======== Material to process ========
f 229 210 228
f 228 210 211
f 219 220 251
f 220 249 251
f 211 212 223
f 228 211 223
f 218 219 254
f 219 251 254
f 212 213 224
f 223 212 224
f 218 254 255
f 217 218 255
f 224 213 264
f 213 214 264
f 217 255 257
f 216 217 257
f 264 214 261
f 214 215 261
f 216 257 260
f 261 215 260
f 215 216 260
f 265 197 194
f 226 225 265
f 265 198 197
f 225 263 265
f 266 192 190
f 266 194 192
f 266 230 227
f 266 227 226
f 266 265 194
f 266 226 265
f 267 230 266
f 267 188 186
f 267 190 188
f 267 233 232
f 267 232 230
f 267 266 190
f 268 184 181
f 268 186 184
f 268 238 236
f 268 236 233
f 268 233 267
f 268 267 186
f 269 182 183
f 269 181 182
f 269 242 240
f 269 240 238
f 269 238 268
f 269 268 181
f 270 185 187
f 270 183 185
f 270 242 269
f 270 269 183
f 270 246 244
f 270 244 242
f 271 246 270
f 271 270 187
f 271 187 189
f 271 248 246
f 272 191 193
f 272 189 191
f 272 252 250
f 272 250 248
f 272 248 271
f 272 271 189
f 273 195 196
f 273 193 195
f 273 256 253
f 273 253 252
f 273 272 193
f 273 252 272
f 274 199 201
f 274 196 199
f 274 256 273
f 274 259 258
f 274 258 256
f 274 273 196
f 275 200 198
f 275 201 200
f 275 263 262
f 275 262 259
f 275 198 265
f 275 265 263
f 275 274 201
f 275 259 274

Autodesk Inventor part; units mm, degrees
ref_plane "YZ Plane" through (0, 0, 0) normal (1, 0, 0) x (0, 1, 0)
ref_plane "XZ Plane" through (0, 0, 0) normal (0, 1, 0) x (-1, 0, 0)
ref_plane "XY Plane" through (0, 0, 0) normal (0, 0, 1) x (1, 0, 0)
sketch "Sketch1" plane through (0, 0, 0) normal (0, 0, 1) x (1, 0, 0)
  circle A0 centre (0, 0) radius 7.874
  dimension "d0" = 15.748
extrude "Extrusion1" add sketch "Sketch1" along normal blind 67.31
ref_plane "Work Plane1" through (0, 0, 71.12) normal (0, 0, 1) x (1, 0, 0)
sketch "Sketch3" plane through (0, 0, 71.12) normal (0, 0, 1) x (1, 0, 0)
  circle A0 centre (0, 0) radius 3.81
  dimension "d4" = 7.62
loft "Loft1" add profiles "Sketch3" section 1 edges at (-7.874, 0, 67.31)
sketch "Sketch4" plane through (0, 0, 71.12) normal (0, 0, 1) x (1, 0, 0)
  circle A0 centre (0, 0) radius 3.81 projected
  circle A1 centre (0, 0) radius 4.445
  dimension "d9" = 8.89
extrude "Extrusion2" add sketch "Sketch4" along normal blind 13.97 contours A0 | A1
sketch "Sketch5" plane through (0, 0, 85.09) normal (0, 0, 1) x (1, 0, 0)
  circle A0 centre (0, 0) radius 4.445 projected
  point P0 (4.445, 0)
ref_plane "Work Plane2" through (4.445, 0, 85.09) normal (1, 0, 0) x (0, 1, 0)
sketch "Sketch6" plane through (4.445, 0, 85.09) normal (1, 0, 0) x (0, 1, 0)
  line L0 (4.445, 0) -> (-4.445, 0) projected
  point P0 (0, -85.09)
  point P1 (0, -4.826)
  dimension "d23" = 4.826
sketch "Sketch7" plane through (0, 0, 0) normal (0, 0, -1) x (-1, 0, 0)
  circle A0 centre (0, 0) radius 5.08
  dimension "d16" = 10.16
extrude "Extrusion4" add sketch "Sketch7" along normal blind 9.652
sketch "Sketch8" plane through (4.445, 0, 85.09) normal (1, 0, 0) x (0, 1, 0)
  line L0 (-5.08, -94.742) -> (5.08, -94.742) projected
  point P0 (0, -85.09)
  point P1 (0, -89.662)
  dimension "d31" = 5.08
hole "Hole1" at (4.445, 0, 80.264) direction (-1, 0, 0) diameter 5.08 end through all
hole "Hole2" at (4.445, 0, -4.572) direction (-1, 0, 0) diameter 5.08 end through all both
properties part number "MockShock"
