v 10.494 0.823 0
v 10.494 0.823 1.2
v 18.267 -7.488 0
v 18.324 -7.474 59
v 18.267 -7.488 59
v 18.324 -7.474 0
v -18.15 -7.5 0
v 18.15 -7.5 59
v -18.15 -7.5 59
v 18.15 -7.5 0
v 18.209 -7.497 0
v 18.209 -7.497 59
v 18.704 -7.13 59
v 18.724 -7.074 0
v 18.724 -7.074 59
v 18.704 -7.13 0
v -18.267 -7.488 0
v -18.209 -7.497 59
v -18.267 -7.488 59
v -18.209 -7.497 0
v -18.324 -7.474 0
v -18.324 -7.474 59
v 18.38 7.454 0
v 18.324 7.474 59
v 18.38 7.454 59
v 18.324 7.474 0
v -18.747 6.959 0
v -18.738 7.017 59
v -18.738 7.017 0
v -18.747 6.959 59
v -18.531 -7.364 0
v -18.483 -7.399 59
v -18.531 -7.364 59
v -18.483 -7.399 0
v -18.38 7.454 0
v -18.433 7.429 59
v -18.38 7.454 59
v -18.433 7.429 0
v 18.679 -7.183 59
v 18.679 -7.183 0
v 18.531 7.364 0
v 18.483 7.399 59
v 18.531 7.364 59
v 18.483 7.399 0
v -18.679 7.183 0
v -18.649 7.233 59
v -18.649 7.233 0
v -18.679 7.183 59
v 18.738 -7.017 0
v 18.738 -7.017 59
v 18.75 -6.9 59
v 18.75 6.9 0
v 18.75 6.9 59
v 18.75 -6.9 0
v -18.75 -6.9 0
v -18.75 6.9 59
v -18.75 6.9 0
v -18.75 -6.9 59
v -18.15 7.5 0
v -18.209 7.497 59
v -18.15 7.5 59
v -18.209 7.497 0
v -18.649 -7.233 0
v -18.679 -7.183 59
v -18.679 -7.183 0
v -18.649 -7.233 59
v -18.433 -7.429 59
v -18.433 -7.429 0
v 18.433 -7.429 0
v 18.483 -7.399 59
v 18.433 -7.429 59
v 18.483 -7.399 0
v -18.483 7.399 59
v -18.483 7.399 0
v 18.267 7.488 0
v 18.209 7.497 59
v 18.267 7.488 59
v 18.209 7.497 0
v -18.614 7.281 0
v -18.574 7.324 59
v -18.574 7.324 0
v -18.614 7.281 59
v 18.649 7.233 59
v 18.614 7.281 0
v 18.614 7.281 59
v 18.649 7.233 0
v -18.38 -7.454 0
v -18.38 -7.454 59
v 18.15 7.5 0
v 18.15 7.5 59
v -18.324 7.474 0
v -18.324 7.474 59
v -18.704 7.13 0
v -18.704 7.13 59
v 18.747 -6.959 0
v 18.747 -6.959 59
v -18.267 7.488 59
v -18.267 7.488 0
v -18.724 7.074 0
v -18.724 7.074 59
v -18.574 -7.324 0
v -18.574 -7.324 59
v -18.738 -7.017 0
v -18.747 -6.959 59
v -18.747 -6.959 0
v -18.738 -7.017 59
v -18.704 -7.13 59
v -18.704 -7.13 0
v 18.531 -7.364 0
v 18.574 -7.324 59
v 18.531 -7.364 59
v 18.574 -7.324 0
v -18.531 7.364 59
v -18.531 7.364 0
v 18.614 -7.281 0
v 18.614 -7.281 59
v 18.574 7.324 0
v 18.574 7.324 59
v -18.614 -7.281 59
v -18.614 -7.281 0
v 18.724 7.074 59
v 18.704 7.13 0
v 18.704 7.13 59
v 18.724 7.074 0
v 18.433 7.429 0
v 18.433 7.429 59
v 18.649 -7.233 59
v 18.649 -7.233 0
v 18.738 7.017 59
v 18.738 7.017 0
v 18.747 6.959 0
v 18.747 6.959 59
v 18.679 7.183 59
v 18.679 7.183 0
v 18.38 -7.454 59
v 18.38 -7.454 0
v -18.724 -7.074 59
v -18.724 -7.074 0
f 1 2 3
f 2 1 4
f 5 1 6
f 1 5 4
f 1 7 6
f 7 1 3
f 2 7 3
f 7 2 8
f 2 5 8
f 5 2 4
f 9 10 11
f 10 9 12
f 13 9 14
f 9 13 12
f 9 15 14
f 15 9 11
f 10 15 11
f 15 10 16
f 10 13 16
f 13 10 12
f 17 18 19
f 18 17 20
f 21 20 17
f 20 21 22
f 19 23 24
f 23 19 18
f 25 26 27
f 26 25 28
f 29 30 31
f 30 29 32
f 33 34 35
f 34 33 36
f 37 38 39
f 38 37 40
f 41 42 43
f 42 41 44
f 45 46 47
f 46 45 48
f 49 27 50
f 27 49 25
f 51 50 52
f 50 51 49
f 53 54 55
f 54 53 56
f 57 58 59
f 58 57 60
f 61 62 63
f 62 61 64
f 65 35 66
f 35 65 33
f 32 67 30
========
- [Exercise] What are the lines above, starting at the one with "v 18.267 -7.488 59" and ending at the one with "v -18.433 -7.429 59"? Give them again exactly, and only them.

- [Reply to the task]
v 18.267 -7.488 59
v 18.324 -7.474 0
v -18.15 -7.5 0
v 18.15 -7.5 59
v -18.15 -7.5 59
v 18.15 -7.5 0
v 18.209 -7.497 0
v 18.209 -7.497 59
v 18.704 -7.13 59
v 18.724 -7.074 0
v 18.724 -7.074 59
v 18.704 -7.13 0
v -18.267 -7.488 0
v -18.209 -7.497 59
v -18.267 -7.488 59
v -18.209 -7.497 0
v -18.324 -7.474 0
v -18.324 -7.474 59
v 18.38 7.454 0
v 18.324 7.474 59
v 18.38 7.454 59
v 18.324 7.474 0
v -18.747 6.959 0
v -18.738 7.017 59
v -18.738 7.017 0
v -18.747 6.959 59
v -18.531 -7.364 0
v -18.483 -7.399 59
v -18.531 -7.364 59
v -18.483 -7.399 0
v -18.38 7.454 0
v -18.433 7.429 59
v -18.38 7.454 59
v -18.433 7.429 0
v 18.679 -7.183 59
v 18.679 -7.183 0
v 18.531 7.364 0
v 18.483 7.399 59
v 18.531 7.364 59
v 18.483 7.399 0
v -18.679 7.183 0
v -18.649 7.233 59
v -18.649 7.233 0
v -18.679 7.183 59
v 18.738 -7.017 0
v 18.738 -7.017 59
v 18.75 -6.9 59
v 18.75 6.9 0
v 18.75 6.9 59
v 18.75 -6.9 0
v -18.75 -6.9 0
v -18.75 6.9 59
v -18.75 6.9 0
v -18.75 -6.9 59
v -18.15 7.5 0
v -18.209 7.497 59
v -18.15 7.5 59
v -18.209 7.497 0
v -18.649 -7.233 0
v -18.679 -7.183 59
v -18.679 -7.183 0
v -18.649 -7.233 59
v -18.433 -7.429 59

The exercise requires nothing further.